──────── Exercise inputs ────────

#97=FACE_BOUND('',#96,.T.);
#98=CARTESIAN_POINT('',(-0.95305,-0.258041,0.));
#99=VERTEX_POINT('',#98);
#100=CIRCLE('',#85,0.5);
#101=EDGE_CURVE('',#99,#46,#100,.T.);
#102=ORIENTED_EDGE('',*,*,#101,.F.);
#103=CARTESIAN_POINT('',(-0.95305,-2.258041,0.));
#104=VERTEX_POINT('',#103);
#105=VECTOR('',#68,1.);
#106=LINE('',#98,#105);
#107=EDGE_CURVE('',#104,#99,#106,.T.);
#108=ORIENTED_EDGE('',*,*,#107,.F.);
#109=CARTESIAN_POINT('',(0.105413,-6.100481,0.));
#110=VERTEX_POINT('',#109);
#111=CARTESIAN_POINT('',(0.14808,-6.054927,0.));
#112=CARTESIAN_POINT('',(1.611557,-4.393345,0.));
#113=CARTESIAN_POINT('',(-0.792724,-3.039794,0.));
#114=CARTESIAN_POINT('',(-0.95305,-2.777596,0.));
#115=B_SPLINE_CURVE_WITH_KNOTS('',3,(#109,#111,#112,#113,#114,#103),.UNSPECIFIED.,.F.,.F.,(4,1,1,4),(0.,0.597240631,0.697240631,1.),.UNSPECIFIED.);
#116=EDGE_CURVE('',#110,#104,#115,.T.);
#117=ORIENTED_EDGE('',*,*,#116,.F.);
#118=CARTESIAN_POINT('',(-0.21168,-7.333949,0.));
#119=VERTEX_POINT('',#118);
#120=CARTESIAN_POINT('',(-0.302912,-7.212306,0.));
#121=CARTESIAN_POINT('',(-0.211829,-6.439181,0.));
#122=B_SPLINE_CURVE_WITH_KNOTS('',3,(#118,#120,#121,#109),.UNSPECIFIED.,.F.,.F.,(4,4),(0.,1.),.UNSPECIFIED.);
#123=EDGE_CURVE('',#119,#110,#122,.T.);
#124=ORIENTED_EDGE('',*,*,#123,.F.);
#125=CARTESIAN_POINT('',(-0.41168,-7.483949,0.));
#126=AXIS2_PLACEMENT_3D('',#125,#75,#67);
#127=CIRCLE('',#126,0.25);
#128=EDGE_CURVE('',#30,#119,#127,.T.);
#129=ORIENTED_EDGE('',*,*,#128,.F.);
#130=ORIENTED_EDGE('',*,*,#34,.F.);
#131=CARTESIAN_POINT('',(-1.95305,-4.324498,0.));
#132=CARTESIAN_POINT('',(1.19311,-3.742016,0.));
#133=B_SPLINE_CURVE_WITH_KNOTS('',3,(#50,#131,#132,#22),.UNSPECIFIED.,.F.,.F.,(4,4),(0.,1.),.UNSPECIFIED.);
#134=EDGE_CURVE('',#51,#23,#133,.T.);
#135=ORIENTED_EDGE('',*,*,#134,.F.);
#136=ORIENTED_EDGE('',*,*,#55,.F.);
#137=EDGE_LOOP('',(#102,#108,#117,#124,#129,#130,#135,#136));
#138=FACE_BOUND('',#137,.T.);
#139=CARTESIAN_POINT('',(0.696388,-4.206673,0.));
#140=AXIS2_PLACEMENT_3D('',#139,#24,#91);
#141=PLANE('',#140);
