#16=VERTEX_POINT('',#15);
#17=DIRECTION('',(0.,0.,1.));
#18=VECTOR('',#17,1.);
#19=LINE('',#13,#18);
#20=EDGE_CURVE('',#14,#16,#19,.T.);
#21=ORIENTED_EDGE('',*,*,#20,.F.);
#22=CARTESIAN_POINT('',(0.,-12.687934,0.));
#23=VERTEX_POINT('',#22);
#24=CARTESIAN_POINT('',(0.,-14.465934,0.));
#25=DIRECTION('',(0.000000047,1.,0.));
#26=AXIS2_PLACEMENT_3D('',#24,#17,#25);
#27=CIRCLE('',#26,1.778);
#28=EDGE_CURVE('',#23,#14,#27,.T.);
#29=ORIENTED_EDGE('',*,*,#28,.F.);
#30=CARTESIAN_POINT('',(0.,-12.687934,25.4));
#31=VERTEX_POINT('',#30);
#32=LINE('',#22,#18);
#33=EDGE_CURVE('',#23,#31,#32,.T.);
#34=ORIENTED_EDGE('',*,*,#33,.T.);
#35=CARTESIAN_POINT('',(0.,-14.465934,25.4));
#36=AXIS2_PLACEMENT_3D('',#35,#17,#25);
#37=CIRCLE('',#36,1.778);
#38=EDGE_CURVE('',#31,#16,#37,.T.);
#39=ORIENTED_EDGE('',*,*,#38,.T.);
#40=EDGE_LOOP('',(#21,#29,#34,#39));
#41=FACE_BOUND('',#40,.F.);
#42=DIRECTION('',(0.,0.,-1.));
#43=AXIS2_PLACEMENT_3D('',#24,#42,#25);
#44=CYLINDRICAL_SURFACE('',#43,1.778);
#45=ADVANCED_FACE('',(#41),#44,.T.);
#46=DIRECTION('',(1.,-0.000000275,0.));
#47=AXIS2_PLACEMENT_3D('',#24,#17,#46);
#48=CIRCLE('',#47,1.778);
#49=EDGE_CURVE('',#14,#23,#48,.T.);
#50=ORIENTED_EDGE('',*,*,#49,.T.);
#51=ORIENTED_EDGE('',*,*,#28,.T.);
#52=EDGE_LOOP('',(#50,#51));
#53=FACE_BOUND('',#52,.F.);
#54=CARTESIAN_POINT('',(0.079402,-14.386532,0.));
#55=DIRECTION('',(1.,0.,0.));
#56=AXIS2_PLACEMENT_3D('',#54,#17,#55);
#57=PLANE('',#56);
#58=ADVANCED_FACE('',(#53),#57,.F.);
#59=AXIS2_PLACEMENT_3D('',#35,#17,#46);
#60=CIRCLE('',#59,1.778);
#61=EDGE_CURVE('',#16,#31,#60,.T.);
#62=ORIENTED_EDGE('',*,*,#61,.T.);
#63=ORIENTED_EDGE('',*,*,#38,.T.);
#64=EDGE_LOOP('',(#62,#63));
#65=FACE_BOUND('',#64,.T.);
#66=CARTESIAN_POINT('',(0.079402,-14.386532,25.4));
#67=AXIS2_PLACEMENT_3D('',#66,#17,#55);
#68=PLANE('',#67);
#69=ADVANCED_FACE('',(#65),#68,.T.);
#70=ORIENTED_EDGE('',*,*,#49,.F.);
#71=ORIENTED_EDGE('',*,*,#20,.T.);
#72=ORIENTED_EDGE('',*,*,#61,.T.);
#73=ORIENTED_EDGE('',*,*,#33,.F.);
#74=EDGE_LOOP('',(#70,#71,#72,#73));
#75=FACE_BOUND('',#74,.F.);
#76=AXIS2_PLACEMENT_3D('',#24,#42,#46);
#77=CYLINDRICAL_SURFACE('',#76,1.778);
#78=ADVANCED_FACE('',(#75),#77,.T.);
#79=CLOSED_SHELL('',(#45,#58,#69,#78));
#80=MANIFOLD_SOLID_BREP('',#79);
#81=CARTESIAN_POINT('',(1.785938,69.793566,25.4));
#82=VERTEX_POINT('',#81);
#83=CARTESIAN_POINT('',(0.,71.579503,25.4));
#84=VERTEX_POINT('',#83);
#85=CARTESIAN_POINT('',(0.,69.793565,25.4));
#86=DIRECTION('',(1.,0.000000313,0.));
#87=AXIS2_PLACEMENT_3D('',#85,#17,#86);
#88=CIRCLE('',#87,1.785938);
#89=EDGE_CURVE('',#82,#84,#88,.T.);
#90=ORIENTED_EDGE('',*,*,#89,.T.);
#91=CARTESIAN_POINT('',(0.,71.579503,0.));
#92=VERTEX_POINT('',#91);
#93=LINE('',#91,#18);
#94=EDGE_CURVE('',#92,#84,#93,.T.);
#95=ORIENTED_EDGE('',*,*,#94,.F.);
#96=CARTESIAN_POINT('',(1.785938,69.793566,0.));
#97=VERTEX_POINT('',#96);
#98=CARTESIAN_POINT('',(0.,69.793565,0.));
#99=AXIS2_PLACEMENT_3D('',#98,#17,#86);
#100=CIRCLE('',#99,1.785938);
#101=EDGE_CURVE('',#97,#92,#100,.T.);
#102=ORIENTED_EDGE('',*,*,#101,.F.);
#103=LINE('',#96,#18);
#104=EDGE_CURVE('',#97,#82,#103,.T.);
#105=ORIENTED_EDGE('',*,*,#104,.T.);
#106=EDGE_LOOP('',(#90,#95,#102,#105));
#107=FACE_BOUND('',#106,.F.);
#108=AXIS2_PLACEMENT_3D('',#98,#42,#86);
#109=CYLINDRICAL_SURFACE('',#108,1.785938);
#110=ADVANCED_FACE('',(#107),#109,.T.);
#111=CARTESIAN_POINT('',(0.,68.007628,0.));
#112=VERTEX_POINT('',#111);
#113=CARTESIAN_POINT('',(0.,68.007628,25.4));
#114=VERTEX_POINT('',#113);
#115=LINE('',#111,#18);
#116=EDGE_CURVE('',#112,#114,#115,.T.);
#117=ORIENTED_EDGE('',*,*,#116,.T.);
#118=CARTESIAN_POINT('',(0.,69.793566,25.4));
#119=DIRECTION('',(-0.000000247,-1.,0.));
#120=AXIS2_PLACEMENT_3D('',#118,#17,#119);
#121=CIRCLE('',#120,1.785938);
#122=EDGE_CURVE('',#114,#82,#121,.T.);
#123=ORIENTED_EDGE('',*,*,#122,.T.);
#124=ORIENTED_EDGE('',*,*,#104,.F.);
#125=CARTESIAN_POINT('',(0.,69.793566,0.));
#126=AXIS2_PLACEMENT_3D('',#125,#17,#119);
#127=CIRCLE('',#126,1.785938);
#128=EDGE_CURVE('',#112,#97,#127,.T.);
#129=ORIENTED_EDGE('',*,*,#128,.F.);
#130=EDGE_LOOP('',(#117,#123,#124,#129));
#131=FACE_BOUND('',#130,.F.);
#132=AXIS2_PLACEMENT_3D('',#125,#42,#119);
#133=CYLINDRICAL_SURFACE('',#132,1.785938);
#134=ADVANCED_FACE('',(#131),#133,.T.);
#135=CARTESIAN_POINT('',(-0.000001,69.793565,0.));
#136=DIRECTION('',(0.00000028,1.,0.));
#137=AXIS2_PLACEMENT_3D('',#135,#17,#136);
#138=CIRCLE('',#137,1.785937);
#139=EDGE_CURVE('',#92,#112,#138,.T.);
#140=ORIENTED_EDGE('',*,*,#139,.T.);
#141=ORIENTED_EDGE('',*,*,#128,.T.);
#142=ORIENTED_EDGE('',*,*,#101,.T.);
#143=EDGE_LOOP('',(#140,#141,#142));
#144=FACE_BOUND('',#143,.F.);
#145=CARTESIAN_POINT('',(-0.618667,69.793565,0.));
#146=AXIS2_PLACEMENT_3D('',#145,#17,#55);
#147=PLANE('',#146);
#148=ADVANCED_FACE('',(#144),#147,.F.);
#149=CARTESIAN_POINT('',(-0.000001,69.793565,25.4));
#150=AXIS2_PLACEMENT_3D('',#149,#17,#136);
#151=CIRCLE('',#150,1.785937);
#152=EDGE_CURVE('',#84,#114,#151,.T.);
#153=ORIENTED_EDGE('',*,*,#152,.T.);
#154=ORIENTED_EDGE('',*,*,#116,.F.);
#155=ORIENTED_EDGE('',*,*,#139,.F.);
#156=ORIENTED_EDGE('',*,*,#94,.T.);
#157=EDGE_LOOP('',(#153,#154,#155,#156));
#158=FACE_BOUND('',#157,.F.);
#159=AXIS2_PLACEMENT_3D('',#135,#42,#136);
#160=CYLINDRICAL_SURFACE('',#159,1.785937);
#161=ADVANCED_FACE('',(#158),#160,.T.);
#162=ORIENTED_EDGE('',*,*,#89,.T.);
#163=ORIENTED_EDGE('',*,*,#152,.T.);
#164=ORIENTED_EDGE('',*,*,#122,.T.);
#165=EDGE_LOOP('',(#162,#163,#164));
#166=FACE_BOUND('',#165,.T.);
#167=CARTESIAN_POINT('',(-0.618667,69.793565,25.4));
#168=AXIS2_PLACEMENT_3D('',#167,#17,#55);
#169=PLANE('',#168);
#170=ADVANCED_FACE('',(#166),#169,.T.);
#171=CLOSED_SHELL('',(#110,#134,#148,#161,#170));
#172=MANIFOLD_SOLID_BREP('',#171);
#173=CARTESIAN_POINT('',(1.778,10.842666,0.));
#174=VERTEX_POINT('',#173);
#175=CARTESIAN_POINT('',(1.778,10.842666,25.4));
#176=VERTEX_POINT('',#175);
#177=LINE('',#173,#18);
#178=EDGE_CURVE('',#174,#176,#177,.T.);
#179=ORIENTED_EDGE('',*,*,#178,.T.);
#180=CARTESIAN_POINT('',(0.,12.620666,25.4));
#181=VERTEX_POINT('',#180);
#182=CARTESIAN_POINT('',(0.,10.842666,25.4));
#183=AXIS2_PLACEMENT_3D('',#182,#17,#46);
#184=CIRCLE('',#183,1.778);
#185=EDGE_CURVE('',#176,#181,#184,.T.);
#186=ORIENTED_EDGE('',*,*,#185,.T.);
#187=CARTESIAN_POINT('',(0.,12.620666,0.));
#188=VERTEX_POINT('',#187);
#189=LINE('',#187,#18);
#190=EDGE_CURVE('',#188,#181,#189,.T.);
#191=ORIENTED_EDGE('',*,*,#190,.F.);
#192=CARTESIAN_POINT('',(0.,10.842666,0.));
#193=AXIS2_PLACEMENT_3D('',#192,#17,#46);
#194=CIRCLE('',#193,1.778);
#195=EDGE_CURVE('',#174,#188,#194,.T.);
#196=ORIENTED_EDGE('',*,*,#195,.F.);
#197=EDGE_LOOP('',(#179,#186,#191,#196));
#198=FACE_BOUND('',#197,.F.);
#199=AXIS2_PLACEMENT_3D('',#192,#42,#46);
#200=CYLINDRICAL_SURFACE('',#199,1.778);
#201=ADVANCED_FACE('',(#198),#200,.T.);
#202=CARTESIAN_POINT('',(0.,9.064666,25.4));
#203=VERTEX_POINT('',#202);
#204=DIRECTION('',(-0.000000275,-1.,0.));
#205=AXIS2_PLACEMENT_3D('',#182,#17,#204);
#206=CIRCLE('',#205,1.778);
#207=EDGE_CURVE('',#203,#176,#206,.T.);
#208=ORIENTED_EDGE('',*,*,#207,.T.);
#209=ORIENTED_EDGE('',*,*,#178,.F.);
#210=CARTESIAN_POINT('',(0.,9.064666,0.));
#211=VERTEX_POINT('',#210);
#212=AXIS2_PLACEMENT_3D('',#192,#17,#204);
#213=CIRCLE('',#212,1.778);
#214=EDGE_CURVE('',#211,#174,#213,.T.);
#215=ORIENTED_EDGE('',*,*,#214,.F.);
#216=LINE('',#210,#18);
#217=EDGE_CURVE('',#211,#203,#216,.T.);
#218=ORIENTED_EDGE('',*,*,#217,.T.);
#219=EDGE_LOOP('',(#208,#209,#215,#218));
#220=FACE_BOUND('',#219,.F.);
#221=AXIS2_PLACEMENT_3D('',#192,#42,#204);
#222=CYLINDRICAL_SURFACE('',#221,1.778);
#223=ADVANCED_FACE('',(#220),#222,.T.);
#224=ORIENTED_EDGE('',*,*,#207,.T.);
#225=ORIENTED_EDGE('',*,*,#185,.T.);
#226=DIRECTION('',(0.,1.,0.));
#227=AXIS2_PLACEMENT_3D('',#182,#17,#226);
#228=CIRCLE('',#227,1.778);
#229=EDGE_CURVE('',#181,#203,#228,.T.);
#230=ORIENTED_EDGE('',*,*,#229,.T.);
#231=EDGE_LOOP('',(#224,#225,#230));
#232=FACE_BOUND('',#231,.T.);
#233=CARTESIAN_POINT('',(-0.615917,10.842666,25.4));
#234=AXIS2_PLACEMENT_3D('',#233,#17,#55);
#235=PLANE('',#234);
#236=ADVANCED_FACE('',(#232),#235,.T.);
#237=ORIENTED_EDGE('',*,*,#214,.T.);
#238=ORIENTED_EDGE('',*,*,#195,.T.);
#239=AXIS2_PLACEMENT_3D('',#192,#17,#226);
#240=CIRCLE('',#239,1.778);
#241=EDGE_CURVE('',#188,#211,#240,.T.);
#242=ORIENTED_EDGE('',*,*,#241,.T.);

────────

Out of the data above, give again only the lines starting at the one holding "#135=ORIENTED_EDGE('',*,*,#134,.F.);" and ending at the one holding "#30=CARTESIAN_POINT('',(0.,-12.687934,25.4));", unchanged.

Answer to the exercise:
#135=ORIENTED_EDGE('',*,*,#134,.F.);
#136=ORIENTED_EDGE('',*,*,#55,.F.);
#137=EDGE_LOOP('',(#102,#108,#117,#124,#129,#130,#135,#136));
#138=FACE_BOUND('',#137,.T.);
#139=CARTESIAN_POINT('',(0.696388,-4.206673,0.));
#140=AXIS2_PLACEMENT_3D('',#139,#24,#91);
#141=PLANE('',#140);
#16=VERTEX_POINT('',#15);
#17=DIRECTION('',(0.,0.,1.));
#18=VECTOR('',#17,1.);
#19=LINE('',#13,#18);
#20=EDGE_CURVE('',#14,#16,#19,.T.);
#21=ORIENTED_EDGE('',*,*,#20,.F.);
#22=CARTESIAN_POINT('',(0.,-12.687934,0.));
#23=VERTEX_POINT('',#22);
#24=CARTESIAN_POINT('',(0.,-14.465934,0.));
#25=DIRECTION('',(0.000000047,1.,0.));
#26=AXIS2_PLACEMENT_3D('',#24,#17,#25);
#27=CIRCLE('',#26,1.778);
#28=EDGE_CURVE('',#23,#14,#27,.T.);
#29=ORIENTED_EDGE('',*,*,#28,.F.);
#30=CARTESIAN_POINT('',(0.,-12.687934,25.4));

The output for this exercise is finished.